▸ What is needed
Print the whole listing below again, exactly as given.
Data for this task START
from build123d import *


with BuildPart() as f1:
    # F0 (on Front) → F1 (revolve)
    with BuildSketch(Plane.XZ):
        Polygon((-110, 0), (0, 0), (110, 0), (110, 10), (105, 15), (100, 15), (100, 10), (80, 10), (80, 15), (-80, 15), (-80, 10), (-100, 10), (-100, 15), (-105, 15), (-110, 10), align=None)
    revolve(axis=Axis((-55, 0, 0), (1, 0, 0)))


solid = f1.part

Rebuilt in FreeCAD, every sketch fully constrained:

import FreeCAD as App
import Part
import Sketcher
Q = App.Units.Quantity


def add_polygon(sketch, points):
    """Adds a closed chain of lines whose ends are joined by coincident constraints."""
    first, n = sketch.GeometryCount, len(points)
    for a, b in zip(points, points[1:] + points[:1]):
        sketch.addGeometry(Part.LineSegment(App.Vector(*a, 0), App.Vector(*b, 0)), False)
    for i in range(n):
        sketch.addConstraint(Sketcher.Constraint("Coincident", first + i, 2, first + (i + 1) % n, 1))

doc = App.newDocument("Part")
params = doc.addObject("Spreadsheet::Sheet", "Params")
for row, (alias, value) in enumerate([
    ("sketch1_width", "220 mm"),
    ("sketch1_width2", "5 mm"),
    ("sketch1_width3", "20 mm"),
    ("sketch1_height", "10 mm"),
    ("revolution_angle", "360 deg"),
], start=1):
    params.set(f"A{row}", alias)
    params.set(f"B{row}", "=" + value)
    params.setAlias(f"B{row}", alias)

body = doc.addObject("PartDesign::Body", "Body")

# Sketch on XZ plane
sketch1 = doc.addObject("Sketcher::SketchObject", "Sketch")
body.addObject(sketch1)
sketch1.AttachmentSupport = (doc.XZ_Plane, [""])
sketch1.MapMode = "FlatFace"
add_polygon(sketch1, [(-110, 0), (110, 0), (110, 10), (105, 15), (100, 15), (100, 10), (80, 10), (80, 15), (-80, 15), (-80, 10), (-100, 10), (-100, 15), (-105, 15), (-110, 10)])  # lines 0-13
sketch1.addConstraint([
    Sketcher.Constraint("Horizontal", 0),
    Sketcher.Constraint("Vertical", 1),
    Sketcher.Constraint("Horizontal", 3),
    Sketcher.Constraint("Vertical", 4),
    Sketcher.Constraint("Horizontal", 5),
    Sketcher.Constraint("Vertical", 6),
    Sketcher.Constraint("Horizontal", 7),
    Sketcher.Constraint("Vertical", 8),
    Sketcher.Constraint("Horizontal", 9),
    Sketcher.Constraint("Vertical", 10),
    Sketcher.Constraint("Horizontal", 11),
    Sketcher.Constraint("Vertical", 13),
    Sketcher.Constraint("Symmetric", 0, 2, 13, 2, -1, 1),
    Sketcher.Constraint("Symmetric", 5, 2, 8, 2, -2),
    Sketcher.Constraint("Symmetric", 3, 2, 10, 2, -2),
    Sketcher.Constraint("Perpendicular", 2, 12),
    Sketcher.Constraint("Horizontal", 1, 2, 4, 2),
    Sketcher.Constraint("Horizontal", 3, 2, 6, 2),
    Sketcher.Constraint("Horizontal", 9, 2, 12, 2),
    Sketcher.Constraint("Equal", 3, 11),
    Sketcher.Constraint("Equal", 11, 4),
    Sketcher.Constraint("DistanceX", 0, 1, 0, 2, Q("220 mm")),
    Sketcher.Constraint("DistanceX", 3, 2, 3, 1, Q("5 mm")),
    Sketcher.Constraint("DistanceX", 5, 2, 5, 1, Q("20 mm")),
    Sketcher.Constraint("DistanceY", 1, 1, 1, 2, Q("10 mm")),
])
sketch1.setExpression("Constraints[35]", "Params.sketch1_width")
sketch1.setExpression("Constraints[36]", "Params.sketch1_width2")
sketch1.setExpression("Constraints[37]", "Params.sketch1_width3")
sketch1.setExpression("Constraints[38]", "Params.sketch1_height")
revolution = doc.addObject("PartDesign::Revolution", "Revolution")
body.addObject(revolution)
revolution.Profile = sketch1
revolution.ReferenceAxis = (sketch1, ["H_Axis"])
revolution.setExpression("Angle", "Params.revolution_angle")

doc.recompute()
Data for this task END
▸ Answer area
from build123d import *


with BuildPart() as f1:
    # F0 (on Front) → F1 (revolve)
    with BuildSketch(Plane.XZ):
        Polygon((-110, 0), (0, 0), (110, 0), (110, 10), (105, 15), (100, 15), (100, 10), (80, 10), (80, 15), (-80, 15), (-80, 10), (-100, 10), (-100, 15), (-105, 15), (-110, 10), align=None)
    revolve(axis=Axis((-55, 0, 0), (1, 0, 0)))


solid = f1.part

Rebuilt in FreeCAD, every sketch fully constrained:

import FreeCAD as App
import Part
import Sketcher
Q = App.Units.Quantity


def add_polygon(sketch, points):
    """Adds a closed chain of lines whose ends are joined by coincident constraints."""
    first, n = sketch.GeometryCount, len(points)
    for a, b in zip(points, points[1:] + points[:1]):
        sketch.addGeometry(Part.LineSegment(App.Vector(*a, 0), App.Vector(*b, 0)), False)
    for i in range(n):
        sketch.addConstraint(Sketcher.Constraint("Coincident", first + i, 2, first + (i + 1) % n, 1))

doc = App.newDocument("Part")
params = doc.addObject("Spreadsheet::Sheet", "Params")
for row, (alias, value) in enumerate([
    ("sketch1_width", "220 mm"),
    ("sketch1_width2", "5 mm"),
    ("sketch1_width3", "20 mm"),
    ("sketch1_height", "10 mm"),
    ("revolution_angle", "360 deg"),
], start=1):
    params.set(f"A{row}", alias)
    params.set(f"B{row}", "=" + value)
    params.setAlias(f"B{row}", alias)

body = doc.addObject("PartDesign::Body", "Body")

# Sketch on XZ plane
sketch1 = doc.addObject("Sketcher::SketchObject", "Sketch")
body.addObject(sketch1)
sketch1.AttachmentSupport = (doc.XZ_Plane, [""])
sketch1.MapMode = "FlatFace"
add_polygon(sketch1, [(-110, 0), (110, 0), (110, 10), (105, 15), (100, 15), (100, 10), (80, 10), (80, 15), (-80, 15), (-80, 10), (-100, 10), (-100, 15), (-105, 15), (-110, 10)])  # lines 0-13
sketch1.addConstraint([
    Sketcher.Constraint("Horizontal", 0),
    Sketcher.Constraint("Vertical", 1),
    Sketcher.Constraint("Horizontal", 3),
    Sketcher.Constraint("Vertical", 4),
    Sketcher.Constraint("Horizontal", 5),
    Sketcher.Constraint("Vertical", 6),
    Sketcher.Constraint("Horizontal", 7),
    Sketcher.Constraint("Vertical", 8),
    Sketcher.Constraint("Horizontal", 9),
    Sketcher.Constraint("Vertical", 10),
    Sketcher.Constraint("Horizontal", 11),
    Sketcher.Constraint("Vertical", 13),
    Sketcher.Constraint("Symmetric", 0, 2, 13, 2, -1, 1),
    Sketcher.Constraint("Symmetric", 5, 2, 8, 2, -2),
    Sketcher.Constraint("Symmetric", 3, 2, 10, 2, -2),
    Sketcher.Constraint("Perpendicular", 2, 12),
    Sketcher.Constraint("Horizontal", 1, 2, 4, 2),
    Sketcher.Constraint("Horizontal", 3, 2, 6, 2),
    Sketcher.Constraint("Horizontal", 9, 2, 12, 2),
    Sketcher.Constraint("Equal", 3, 11),
    Sketcher.Constraint("Equal", 11, 4),
    Sketcher.Constraint("DistanceX", 0, 1, 0, 2, Q("220 mm")),
    Sketcher.Constraint("DistanceX", 3, 2, 3, 1, Q("5 mm")),
    Sketcher.Constraint("DistanceX", 5, 2, 5, 1, Q("20 mm")),
    Sketcher.Constraint("DistanceY", 1, 1, 1, 2, Q("10 mm")),
])
sketch1.setExpression("Constraints[35]", "Params.sketch1_width")
sketch1.setExpression("Constraints[36]", "Params.sketch1_width2")
sketch1.setExpression("Constraints[37]", "Params.sketch1_width3")
sketch1.setExpression("Constraints[38]", "Params.sketch1_height")
revolution = doc.addObject("PartDesign::Revolution", "Revolution")
body.addObject(revolution)
revolution.Profile = sketch1
revolution.ReferenceAxis = (sketch1, ["H_Axis"])
revolution.setExpression("Angle", "Params.revolution_angle")

doc.recompute()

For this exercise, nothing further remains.